Os organismos aeróbios são protegidos da ação de ROS por meio de
sistemas antioxidantes como as enzimas superóxido desmutase, glutationa
peroxidase e catalase, e sistemas antioxidantes não enzimáticos a exemplo do
β-caroteno, a vitamina C e compostos sulfidrila como a glutationa (BIRDANE et
al., 2007).
Antioxidantes sintéticos são extensivamente utilizados como aditivos
alimentares e são consumidos em quantidades apreciáveis, porém problemas
de toxicidade têm sido cada vez mais constantes com a utilização destes
agentes, o que tem aumentado o interesse no desenvolvimento de
antioxidantes naturais (REPETTO; LLESUY, 2002).
A GSH é o tiol não protéico mais abundante nas células dos mamíferos,
sendo considerada como o mais importante composto sulfidrila intracelular,
estando envolvido em muitos processos funcionais, celulares e principalmente
quanto a sua participação em algumas reações de detoxicação (JORDÃO
JÚNIOR et al., 1998).
Os grupos sulfidrílicos são classificados em proteicos (composto de
peptídeos de baixo peso molecular como a glutationa na sua forma reduzida –
GSH) e não protéicos (composto das proteínas de alto peso molecular, como a
glutationa complexada a albumina) (FAURE; LAFOND, 1995; JORDÃO
JÚNIOR et al., 1998).
A glutationa funciona como seqüestrador nucleofílico e como co-fator na
redução do peróxido de hidrogênio mediado pela enzima glutationa-peroxidase
sendo, portanto, antioxidante endógeno. É oxidada a glutationa dissulfeto ao
doar elétrons para a glutationa peroxidase e/ou reagir diretamente com as
ROS, que podem subseqüentemente reduzir os níveis de GSH (BIRDANE et
al., 2007).
A GSH protege a mucosa gástrica do estresse oxidativo induzido por
etanol ao se ligar aos radicais livres que são formados após a injúria tecidual
por este agente nocivo. O etanol quebra as pontes de sulfetos que unem as
subunidades de muco tornando o muco solúvel em água, reduzindo assim seu
efeito protetor (KUSHIMA et al., 2005).
87
O possível envolvimento de compostos sulfidrila endógenos no efeito
gastroprotetor de M. rigida foi investigado no modelo de úlcera induzido por
etanol, em que os animais foram pré-tratados com NEM (bloqueador de
sulfidrila) antes da administração do agente lesivo. Tanto o EEOH quanto a F.

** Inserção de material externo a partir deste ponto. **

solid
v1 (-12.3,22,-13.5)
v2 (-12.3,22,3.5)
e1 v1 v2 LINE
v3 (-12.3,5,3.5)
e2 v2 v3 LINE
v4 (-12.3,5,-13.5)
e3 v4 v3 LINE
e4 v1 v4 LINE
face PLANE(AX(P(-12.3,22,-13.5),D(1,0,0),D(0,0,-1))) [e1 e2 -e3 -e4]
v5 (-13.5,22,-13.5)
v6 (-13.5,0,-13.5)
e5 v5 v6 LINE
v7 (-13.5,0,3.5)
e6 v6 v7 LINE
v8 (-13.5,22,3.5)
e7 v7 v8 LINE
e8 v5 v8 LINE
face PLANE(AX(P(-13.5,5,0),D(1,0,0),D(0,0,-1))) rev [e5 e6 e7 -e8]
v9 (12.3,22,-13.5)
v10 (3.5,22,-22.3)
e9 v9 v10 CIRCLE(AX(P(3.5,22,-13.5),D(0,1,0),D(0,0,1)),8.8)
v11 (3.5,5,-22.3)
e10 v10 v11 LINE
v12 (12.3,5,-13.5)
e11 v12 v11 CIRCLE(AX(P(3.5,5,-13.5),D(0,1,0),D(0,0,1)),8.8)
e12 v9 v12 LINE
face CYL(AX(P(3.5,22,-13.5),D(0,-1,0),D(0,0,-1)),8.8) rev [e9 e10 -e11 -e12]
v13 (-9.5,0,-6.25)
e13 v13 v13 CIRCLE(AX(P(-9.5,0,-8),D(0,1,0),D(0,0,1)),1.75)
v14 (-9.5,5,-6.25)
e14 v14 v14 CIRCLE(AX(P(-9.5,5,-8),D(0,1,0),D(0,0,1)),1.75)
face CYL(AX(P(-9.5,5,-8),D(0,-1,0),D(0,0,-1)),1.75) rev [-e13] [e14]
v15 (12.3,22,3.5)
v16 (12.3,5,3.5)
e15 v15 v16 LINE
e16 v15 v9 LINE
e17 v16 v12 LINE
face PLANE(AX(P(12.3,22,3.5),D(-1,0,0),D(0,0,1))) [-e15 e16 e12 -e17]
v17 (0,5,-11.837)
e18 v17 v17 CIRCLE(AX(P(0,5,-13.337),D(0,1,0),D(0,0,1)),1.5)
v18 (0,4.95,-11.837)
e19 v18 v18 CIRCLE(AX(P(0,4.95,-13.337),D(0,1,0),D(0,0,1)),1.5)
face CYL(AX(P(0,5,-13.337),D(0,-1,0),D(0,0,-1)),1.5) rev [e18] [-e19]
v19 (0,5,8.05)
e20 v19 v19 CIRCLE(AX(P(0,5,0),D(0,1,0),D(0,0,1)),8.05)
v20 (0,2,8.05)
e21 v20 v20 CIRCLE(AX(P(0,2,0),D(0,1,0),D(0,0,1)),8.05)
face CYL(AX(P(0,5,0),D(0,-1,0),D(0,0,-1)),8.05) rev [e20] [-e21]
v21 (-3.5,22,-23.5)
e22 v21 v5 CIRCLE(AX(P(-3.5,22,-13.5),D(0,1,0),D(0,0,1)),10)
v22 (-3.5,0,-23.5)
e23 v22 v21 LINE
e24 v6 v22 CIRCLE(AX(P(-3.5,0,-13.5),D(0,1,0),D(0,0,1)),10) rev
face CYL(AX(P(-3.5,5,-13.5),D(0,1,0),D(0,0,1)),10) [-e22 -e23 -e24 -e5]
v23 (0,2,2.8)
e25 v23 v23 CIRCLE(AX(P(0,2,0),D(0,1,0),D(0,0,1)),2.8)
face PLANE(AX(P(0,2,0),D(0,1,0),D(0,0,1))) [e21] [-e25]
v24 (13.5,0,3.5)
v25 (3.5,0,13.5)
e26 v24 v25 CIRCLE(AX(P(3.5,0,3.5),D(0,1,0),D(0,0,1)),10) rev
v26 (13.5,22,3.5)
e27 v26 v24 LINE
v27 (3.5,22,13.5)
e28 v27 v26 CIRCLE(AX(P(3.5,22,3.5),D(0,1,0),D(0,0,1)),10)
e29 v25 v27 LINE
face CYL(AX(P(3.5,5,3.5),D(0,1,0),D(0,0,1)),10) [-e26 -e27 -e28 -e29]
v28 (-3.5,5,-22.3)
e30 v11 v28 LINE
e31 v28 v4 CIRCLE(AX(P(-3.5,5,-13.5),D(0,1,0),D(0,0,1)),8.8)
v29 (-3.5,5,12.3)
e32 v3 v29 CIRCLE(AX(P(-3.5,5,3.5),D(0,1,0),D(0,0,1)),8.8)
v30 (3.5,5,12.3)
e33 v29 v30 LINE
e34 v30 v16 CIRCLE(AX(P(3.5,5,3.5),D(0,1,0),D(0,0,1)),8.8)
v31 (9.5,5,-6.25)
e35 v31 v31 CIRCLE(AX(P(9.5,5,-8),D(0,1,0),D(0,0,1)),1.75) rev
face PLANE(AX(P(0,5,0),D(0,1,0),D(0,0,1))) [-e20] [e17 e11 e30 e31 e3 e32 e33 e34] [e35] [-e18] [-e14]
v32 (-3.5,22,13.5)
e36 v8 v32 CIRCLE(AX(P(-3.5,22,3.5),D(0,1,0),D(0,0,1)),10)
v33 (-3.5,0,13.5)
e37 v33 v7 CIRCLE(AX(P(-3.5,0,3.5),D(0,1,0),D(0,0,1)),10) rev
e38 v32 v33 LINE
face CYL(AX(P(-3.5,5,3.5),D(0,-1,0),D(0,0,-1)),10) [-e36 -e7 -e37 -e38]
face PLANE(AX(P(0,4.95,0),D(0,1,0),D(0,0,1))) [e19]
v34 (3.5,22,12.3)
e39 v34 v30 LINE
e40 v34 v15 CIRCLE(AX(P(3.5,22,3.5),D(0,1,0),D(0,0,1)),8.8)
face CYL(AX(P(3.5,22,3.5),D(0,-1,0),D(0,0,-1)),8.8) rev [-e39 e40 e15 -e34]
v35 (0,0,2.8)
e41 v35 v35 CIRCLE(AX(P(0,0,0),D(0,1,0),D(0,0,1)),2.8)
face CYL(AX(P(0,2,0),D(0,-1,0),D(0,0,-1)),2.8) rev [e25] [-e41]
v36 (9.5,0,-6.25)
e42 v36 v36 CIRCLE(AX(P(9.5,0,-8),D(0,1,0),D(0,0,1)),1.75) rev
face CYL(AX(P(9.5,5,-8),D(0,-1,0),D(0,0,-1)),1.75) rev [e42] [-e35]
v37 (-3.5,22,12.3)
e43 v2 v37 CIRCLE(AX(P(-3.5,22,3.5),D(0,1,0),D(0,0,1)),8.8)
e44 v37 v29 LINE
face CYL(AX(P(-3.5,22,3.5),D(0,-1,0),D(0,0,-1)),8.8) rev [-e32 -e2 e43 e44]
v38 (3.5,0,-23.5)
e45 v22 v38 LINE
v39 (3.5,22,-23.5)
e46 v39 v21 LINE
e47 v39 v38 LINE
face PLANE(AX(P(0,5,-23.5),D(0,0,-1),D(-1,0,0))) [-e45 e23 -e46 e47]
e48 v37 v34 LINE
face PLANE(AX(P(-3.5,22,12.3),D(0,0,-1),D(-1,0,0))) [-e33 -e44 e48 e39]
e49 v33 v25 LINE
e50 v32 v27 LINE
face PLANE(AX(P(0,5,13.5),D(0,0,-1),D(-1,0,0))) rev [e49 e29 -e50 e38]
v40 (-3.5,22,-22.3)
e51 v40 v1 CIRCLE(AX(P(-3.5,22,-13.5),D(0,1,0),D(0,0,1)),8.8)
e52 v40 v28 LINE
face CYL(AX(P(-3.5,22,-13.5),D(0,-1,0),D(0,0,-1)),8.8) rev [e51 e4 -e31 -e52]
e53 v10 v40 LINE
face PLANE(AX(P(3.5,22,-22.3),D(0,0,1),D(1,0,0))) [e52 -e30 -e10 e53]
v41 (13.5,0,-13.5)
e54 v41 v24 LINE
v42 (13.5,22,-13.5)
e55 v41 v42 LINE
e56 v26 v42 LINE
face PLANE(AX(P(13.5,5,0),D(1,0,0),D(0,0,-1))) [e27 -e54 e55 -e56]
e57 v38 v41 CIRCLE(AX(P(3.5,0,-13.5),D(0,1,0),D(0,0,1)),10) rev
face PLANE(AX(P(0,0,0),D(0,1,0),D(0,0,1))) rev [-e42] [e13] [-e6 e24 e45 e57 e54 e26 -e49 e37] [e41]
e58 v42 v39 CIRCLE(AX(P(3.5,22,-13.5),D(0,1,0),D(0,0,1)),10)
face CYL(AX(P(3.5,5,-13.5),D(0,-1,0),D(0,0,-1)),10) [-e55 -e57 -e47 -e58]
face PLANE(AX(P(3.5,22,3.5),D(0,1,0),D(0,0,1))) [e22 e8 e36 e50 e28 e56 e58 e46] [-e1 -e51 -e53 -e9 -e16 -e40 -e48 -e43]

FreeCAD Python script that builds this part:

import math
import FreeCAD as App
import Part
import Sketcher


def edges_at(feature, points):
    """Names of the edges that pass closest to the given points."""
    edges = feature.Shape.Edges
    near = lambda p: min(range(len(edges)), key=lambda i: edges[i].distToShape(Part.Vertex(*p))[0])
    return sorted({f"Edge{near(p) + 1}" for p in points})

doc = App.newDocument("Part")
body = doc.addObject("PartDesign::Body", "Body")

# Sketch on XZ plane
sketch1 = body.newObject("Sketcher::SketchObject", "Sketch")
sketch1.AttachmentSupport = (doc.getObject("XZ_Plane"), [""])
sketch1.MapMode = "FlatFace"
sketch1.addGeometry(Part.LineSegment(App.Vector(-13.5, -23.5, 0), App.Vector(-13.5, 13.5, 0)), False)
sketch1.addGeometry(Part.LineSegment(App.Vector(-13.5, 13.5, 0), App.Vector(13.5, 13.5, 0)), False)
sketch1.addGeometry(Part.LineSegment(App.Vector(13.5, 13.5, 0), App.Vector(13.5, -23.5, 0)), False)
sketch1.addGeometry(Part.LineSegment(App.Vector(13.5, -23.5, 0), App.Vector(-13.5, -23.5, 0)), False)
sketch1.addGeometry(Part.Circle(App.Vector(0, 0, 0), App.Vector(0, 0, 1), 8.1), False)
sketch1.addGeometry(Part.Circle(App.Vector(-9.5, -8, 0), App.Vector(0, 0, 1), 1.8), False)
sketch1.addGeometry(Part.Circle(App.Vector(9.5, -8, 0), App.Vector(0, 0, 1), 1.8), False)
sketch1.addGeometry(Part.Circle(App.Vector(0, -13.3, 0), App.Vector(0, 0, 1), 1.5), False)
sketch1.addConstraint(Sketcher.Constraint("Coincident", 0, 2, 1, 1))
sketch1.addConstraint(Sketcher.Constraint("Coincident", 1, 2, 2, 1))
sketch1.addConstraint(Sketcher.Constraint("Coincident", 2, 2, 3, 1))
sketch1.addConstraint(Sketcher.Constraint("Coincident", 3, 2, 0, 1))
sketch1.addConstraint(Sketcher.Constraint("Vertical", 0))
sketch1.addConstraint(Sketcher.Constraint("Horizontal", 1))
sketch1.addConstraint(Sketcher.Constraint("Vertical", 2))
sketch1.addConstraint(Sketcher.Constraint("Horizontal", 3))
sketch1.addConstraint(Sketcher.Constraint("Coincident", 4, 3, -1, 1))
sketch1.addConstraint(Sketcher.Constraint("Equal", 5, 6))
sketch1.addConstraint(Sketcher.Constraint("Symmetric", 5, 3, 6, 3, -2))
sketch1.addConstraint(Sketcher.Constraint("PointOnObject", 7, 3, -2))
sketch1.addConstraint(Sketcher.Constraint("Diameter", 7, 3.0))
sketch1.addConstraint(Sketcher.Constraint("Diameter", 4, 16.1))
sketch1.addConstraint(Sketcher.Constraint("Diameter", 5, 3.5))
sketch1.addConstraint(Sketcher.Constraint("DistanceX", 1, 1, 1, 2, 27.0))
sketch1.addConstraint(Sketcher.Constraint("DistanceY", 0, 1, 0, 2, 37.0))
sketch1.addConstraint(Sketcher.Constraint("DistanceY", 5, 3, -1, 1, 8.0))
sketch1.addConstraint(Sketcher.Constraint("DistanceX", 5, 3, 6, 3, 19.0))
sketch1.addConstraint(Sketcher.Constraint("DistanceX", 0, 2, 5, 3, 4.0))
sketch1.addConstraint(Sketcher.Constraint("DistanceY", -1, 1, 0, 2, 13.5))
sketch1.addConstraint(Sketcher.Constraint("DistanceY", 7, 3, -1, 1, 13.337))
pad1 = body.newObject("PartDesign::Pad", "Pad")
pad1.Profile = sketch1
pad1.Length = 5
pad1.Reversed = True

# Sketch on XZ plane
sketch2 = body.newObject("Sketcher::SketchObject", "Sketch001")
sketch2.AttachmentSupport = (doc.getObject("XZ_Plane"), [""])
sketch2.MapMode = "FlatFace"
sketch2.addGeometry(Part.Circle(App.Vector(0, -13.3, 0), App.Vector(0, 0, 1), 1.5), False)
sketch2.addConstraint(Sketcher.Constraint("PointOnObject", 0, 3, -2))
sketch2.addConstraint(Sketcher.Constraint("Diameter", 0, 3.0))
sketch2.addConstraint(Sketcher.Constraint("DistanceY", 0, 3, -1, 1, 13.337))
pad2 = body.newObject("PartDesign::Pad", "Pad001")
pad2.Profile = sketch2
pad2.Length = 4.95
pad2.Reversed = True

# Sketch on XZ plane
sketch3 = body.newObject("Sketcher::SketchObject", "Sketch002")
sketch3.AttachmentSupport = (doc.getObject("XZ_Plane"), [""])
sketch3.MapMode = "FlatFace"
sketch3.addGeometry(Part.ArcOfCircle(Part.Circle(App.Vector(0, 0, 0), App.Vector(0, 0, 1), 8.1), math.radians(-41), math.radians(221)), False)
sketch3.addGeometry(Part.ArcOfCircle(Part.Circle(App.Vector(0, 0, 0), App.Vector(0, 0, 1), 8), math.radians(-47.39), math.radians(-41.37)), False)
sketch3.addGeometry(Part.ArcOfCircle(Part.Circle(App.Vector(0, 0, 0), App.Vector(0, 0, 1), 8.1), math.radians(-133), math.radians(-47)), False)
sketch3.addGeometry(Part.ArcOfCircle(Part.Circle(App.Vector(0, 0, 0), App.Vector(0, 0, 1), 8), math.radians(-138.63), math.radians(-132.61)), False)
sketch3.addGeometry(Part.Circle(App.Vector(0, 0, 0), App.Vector(0, 0, 1), 2.8), False)
sketch3.addConstraint(Sketcher.Constraint("Tangent", 0, 1, 1, 2))
sketch3.addConstraint(Sketcher.Constraint("Tangent", 1, 1, 2, 2))
sketch3.addConstraint(Sketcher.Constraint("Tangent", 2, 1, 3, 2))
sketch3.addConstraint(Sketcher.Constraint("Tangent", 3, 1, 0, 2))
sketch3.addConstraint(Sketcher.Constraint("Coincident", 0, 3, -1, 1))
sketch3.addConstraint(Sketcher.Constraint("Coincident", 4, 3, -1, 1))
sketch3.addConstraint(Sketcher.Constraint("Equal", 0, 1))
sketch3.addConstraint(Sketcher.Constraint("Horizontal", 1, 1, 2, 1))
sketch3.addConstraint(Sketcher.Constraint("Horizontal", 0, 1, 3, 1))
sketch3.addConstraint(Sketcher.Constraint("Diameter", 4, 5.6))
sketch3.addConstraint(Sketcher.Constraint("Radius", 0, 8.05))
sketch3.addConstraint(Sketcher.Constraint("DistanceX", -1, 1, 1, 1, 5.45))
sketch3.addConstraint(Sketcher.Constraint("DistanceY", 0, 1, -1, 1, 5.320429))
pad3 = body.newObject("PartDesign::Pad", "Pad002")
pad3.Profile = sketch3
pad3.Length = 2
pad3.Reversed = True
doc.recompute()

fillet = body.newObject("PartDesign::Fillet", "Fillet")
fillet.Base = (pad3, edges_at(pad3, [
    (-13.5, 2.5, -23.5),
    (13.5, 2.5, -23.5),
    (13.5, 2.5, 13.5),
    (-13.5, 2.5, 13.5),
]))
fillet.Radius = 10

# Sketch on XZ plane
sketch4 = body.newObject("Sketcher::SketchObject", "Sketch003")
sketch4.AttachmentSupport = (doc.getObject("XZ_Plane"), [""])
sketch4.MapMode = "FlatFace"
sketch4.AttachmentOffset = App.Placement(App.Vector(0, 0, -22), App.Rotation())
sketch4.addGeometry(Part.LineSegment(App.Vector(14, 4, 0), App.Vector(14, -14, 0)), False)
sketch4.addGeometry(Part.ArcOfCircle(Part.Circle(App.Vector(4, -14, 0), App.Vector(0, 0, 1), 10), math.radians(-90), math.radians(0)), False)
sketch4.addGeometry(Part.LineSegment(App.Vector(4, -24, 0), App.Vector(-4, -24, 0)), False)
sketch4.addGeometry(Part.ArcOfCircle(Part.Circle(App.Vector(-4, -14, 0), App.Vector(0, 0, 1), 10), math.radians(180), math.radians(270)), False)
sketch4.addGeometry(Part.LineSegment(App.Vector(-14, -14, 0), App.Vector(-14, 4, 0)), False)
sketch4.addGeometry(Part.ArcOfCircle(Part.Circle(App.Vector(-4, 4, 0), App.Vector(0, 0, 1), 10), math.radians(90), math.radians(180)), False)
sketch4.addGeometry(Part.LineSegment(App.Vector(-4, 14, 0), App.Vector(4, 14, 0)), False)
sketch4.addGeometry(Part.ArcOfCircle(Part.Circle(App.Vector(4, 4, 0), App.Vector(0, 0, 1), 10), math.radians(0), math.radians(90)), False)
sketch4.addGeometry(Part.LineSegment(App.Vector(-12, 4, 0), App.Vector(-12, -14, 0)), False)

AcOEt tiveram seus efeitos protetores da mucosa gástrica reduzidos quando
comparados aos grupos que foram pré-tratados com solução salina 0,9 %,
indicando a participação de SHs endógenos no efeito gastroprotetor da espécie
em estudo. Este resultado difere do encontrado para a fração rica em
flavonóides de M. ilicifolia (BAGGIO et al., 2007).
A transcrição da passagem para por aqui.